**PROMPT**: Copying exactly, give the lines in the material below from the one with "f 200 196 202" to the one with "f 201 152 153", ends included, and nothing besides.
*** Opening DATA ***
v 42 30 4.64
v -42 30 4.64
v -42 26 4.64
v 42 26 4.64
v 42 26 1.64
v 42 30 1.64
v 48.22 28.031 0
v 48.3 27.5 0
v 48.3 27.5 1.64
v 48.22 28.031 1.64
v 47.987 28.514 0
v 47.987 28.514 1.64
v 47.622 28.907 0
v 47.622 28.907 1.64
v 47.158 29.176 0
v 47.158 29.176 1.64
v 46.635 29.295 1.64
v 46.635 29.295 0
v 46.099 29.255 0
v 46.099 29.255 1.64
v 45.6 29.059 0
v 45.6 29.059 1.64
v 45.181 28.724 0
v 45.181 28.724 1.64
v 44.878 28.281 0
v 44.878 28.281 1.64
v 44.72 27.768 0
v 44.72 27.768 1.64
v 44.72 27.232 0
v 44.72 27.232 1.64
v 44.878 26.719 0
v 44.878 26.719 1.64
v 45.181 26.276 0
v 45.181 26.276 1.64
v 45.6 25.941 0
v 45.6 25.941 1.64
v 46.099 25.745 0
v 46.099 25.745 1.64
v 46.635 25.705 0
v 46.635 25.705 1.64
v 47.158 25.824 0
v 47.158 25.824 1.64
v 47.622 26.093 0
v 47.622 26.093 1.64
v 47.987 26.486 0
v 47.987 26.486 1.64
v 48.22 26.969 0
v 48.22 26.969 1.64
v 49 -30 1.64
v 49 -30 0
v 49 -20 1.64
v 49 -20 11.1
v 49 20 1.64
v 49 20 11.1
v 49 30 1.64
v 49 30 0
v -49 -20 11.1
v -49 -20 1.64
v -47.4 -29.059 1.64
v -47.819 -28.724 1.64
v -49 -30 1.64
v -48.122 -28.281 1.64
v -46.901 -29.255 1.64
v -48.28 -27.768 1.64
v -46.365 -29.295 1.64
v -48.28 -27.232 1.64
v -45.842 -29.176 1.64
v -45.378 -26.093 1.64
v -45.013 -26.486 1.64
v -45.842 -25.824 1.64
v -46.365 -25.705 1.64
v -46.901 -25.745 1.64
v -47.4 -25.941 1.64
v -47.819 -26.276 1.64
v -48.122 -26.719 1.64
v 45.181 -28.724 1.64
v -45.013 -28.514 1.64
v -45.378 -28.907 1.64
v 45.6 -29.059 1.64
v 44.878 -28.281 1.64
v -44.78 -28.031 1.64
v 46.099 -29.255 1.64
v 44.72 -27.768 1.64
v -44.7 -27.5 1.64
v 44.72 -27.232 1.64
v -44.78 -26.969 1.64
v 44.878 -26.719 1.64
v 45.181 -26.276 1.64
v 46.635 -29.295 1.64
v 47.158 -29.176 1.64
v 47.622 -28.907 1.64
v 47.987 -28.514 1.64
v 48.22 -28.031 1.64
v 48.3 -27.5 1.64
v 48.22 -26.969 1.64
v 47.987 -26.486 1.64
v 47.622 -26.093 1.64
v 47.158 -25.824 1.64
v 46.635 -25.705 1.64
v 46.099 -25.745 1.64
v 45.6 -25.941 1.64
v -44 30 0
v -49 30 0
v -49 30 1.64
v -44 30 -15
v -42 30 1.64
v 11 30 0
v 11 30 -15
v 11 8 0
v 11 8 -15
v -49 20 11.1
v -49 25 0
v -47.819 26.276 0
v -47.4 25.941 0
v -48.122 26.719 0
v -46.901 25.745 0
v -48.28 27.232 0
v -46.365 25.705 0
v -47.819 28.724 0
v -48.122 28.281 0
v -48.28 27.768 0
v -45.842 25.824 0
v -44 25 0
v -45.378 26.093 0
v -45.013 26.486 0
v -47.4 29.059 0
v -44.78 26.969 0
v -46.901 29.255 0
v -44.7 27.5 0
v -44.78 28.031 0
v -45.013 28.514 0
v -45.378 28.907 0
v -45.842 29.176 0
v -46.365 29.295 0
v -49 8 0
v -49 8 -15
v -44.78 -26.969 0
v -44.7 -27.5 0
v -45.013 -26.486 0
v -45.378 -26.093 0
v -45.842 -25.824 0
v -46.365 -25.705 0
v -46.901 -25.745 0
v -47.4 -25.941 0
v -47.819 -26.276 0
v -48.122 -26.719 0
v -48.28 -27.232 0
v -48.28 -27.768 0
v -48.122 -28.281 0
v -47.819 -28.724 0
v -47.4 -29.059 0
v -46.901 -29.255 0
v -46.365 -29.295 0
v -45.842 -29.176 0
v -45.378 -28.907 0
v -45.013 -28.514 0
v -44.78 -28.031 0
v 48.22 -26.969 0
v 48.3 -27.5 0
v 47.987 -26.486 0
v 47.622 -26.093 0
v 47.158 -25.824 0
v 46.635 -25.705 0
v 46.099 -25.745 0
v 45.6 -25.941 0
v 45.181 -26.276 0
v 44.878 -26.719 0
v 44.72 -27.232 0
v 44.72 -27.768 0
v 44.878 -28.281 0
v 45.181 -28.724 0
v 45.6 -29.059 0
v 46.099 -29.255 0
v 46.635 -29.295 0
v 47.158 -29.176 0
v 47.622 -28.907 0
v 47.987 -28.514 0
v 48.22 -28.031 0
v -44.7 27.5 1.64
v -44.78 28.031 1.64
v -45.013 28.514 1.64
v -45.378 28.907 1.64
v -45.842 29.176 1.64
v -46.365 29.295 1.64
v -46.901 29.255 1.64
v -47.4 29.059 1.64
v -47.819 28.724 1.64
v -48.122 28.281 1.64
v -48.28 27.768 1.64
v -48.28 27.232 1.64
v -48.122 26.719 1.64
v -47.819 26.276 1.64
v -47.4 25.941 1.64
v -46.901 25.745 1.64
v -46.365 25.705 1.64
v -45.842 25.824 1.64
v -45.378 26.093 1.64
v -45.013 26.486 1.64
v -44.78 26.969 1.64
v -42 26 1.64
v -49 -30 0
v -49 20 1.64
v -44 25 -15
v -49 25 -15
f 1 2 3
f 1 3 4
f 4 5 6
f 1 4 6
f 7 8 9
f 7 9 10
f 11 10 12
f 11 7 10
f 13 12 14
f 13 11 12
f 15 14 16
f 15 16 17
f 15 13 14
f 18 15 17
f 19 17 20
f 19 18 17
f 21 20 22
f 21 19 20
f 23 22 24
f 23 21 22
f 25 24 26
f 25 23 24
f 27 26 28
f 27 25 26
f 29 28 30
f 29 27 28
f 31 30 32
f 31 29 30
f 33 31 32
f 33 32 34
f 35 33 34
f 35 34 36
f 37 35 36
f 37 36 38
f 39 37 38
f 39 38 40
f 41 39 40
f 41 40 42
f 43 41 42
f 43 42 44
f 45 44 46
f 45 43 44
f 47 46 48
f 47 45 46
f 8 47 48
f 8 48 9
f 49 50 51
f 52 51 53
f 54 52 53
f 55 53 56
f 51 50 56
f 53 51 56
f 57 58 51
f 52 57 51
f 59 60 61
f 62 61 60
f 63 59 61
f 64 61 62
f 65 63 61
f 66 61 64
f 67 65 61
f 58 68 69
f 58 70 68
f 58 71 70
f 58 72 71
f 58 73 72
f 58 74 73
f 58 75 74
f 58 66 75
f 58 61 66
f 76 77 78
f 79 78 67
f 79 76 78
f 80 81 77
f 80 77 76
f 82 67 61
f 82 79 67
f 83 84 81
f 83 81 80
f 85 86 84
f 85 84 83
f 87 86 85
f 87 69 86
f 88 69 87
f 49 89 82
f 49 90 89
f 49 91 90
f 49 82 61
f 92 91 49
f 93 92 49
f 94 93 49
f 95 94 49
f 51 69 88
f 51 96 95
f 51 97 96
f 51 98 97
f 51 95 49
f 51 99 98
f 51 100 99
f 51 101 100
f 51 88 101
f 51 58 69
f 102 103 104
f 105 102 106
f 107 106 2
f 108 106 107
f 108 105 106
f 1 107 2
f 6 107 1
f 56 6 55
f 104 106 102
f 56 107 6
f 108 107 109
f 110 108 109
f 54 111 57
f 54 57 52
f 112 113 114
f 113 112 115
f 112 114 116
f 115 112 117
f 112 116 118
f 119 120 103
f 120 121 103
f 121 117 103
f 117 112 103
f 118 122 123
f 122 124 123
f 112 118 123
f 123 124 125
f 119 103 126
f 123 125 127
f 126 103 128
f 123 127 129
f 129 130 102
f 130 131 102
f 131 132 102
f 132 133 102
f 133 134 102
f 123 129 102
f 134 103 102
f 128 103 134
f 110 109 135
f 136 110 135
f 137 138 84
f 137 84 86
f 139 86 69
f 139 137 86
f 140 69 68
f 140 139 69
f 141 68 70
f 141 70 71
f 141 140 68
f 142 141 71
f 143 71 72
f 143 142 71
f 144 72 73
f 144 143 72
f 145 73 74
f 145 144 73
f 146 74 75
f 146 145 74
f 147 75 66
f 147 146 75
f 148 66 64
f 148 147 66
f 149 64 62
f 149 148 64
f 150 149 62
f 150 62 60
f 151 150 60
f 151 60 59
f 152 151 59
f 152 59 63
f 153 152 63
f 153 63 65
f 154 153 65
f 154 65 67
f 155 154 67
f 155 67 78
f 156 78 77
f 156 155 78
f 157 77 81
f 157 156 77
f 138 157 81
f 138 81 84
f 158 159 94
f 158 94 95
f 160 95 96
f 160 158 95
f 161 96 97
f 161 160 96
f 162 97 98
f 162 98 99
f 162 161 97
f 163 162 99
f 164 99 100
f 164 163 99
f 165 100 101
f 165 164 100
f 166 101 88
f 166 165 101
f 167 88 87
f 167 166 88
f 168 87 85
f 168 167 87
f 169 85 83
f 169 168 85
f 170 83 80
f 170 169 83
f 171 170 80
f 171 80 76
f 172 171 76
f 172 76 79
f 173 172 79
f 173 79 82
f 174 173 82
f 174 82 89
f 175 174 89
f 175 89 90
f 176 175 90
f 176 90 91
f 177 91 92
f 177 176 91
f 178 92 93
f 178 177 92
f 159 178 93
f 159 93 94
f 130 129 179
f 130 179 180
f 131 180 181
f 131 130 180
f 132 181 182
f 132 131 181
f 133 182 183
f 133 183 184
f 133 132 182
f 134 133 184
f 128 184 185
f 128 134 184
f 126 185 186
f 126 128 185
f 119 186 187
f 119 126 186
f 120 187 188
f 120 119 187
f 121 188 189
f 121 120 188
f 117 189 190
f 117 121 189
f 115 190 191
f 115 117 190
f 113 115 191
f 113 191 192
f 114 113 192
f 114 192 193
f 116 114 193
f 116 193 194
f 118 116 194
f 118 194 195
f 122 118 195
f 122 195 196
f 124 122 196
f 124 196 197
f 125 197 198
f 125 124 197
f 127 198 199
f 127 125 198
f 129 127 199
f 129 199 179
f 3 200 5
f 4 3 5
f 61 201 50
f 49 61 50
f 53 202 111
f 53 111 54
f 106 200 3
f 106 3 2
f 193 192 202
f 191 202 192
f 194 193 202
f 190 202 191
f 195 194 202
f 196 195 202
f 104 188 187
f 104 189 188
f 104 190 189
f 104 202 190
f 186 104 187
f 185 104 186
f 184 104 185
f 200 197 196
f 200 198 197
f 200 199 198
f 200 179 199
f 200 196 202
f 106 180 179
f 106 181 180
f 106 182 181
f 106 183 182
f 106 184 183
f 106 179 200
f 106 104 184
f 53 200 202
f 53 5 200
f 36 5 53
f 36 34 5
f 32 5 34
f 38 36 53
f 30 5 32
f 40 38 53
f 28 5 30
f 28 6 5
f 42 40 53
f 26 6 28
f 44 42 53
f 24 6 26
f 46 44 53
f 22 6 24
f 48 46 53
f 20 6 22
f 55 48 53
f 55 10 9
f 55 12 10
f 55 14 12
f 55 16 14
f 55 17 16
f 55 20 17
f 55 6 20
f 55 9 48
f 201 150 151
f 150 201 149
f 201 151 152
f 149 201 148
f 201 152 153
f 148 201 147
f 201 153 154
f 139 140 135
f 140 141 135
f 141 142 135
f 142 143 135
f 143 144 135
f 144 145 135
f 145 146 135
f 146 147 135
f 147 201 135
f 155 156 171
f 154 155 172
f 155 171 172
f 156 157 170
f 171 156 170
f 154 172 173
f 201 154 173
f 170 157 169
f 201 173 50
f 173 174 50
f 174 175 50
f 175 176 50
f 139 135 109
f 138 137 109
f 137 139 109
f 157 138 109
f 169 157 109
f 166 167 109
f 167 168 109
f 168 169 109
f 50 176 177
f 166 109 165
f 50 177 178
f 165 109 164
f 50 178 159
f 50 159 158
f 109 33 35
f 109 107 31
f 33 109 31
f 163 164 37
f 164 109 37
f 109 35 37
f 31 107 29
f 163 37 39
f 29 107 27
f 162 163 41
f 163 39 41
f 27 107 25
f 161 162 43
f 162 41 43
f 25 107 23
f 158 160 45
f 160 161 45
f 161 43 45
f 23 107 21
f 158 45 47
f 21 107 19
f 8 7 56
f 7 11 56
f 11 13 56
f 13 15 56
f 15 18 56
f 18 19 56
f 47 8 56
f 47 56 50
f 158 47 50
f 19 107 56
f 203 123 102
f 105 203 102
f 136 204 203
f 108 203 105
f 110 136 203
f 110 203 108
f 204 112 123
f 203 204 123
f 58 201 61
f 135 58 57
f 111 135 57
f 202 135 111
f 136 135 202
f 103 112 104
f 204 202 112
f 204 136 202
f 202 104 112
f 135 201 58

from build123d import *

# Parameters (mm, degrees)
F0_W     = 98
F0_H     = 60
F0_R     = 1.8
F1_DEPTH = 1.64
F2_W     = 98
F2_H     = 40
F3_DEPTH = 9.46
F4_W     = 84
F4_H     = 4
F5_DEPTH = 3
F7_DEPTH = 15


with BuildPart() as f1:
    # F0 (on Top) → F1 (new body)
    with BuildSketch(Plane.XY):
        Rectangle(F0_W, F0_H)
        with Locations((-46.5, -27.5)):
            Circle(F0_R, mode=Mode.SUBTRACT)
        with Locations((46.5, -27.5)):
            Circle(F0_R, mode=Mode.SUBTRACT)
        with Locations((-46.5, 27.5)):
            Circle(F0_R, mode=Mode.SUBTRACT)
        with Locations((46.5, 27.5)):
            Circle(F0_R, mode=Mode.SUBTRACT)
    extrude(amount=F1_DEPTH)

    # F2 (on face) → F3 (join)
    with BuildSketch(Plane.XY.offset(1.64)):
        Rectangle(F2_W, F2_H)
    extrude(amount=F3_DEPTH)

    # F4 (on face) → F5 (join)
    with BuildSketch(Plane.XY.offset(1.64)):
        with Locations((0, 28)):
            Rectangle(F4_W, F4_H)
    extrude(amount=F5_DEPTH)

    # F6 (on face) → F7 (join)
    with BuildSketch(Plane(origin=(0, 0, 0), x_dir=(1, 0, 0), z_dir=(0, 0, -1))):
        Polygon((11, -8), (-49, -8), (-49, -25), (-44, -25), (-44, -30), (11, -30), align=None)
    extrude(amount=F7_DEPTH)


solid = f1.part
*** Closing DATA ***
**OUTPUT BELOW**:
f 200 196 202
f 106 180 179
f 106 181 180
f 106 182 181
f 106 183 182
f 106 184 183
f 106 179 200
f 106 104 184
f 53 200 202
f 53 5 200
f 36 5 53
f 36 34 5
f 32 5 34
f 38 36 53
f 30 5 32
f 40 38 53
f 28 5 30
f 28 6 5
f 42 40 53
f 26 6 28
f 44 42 53
f 24 6 26
f 46 44 53
f 22 6 24
f 48 46 53
f 20 6 22
f 55 48 53
f 55 10 9
f 55 12 10
f 55 14 12
f 55 16 14
f 55 17 16
f 55 20 17
f 55 6 20
f 55 9 48
f 201 150 151
f 150 201 149
f 201 151 152
f 149 201 148
f 201 152 153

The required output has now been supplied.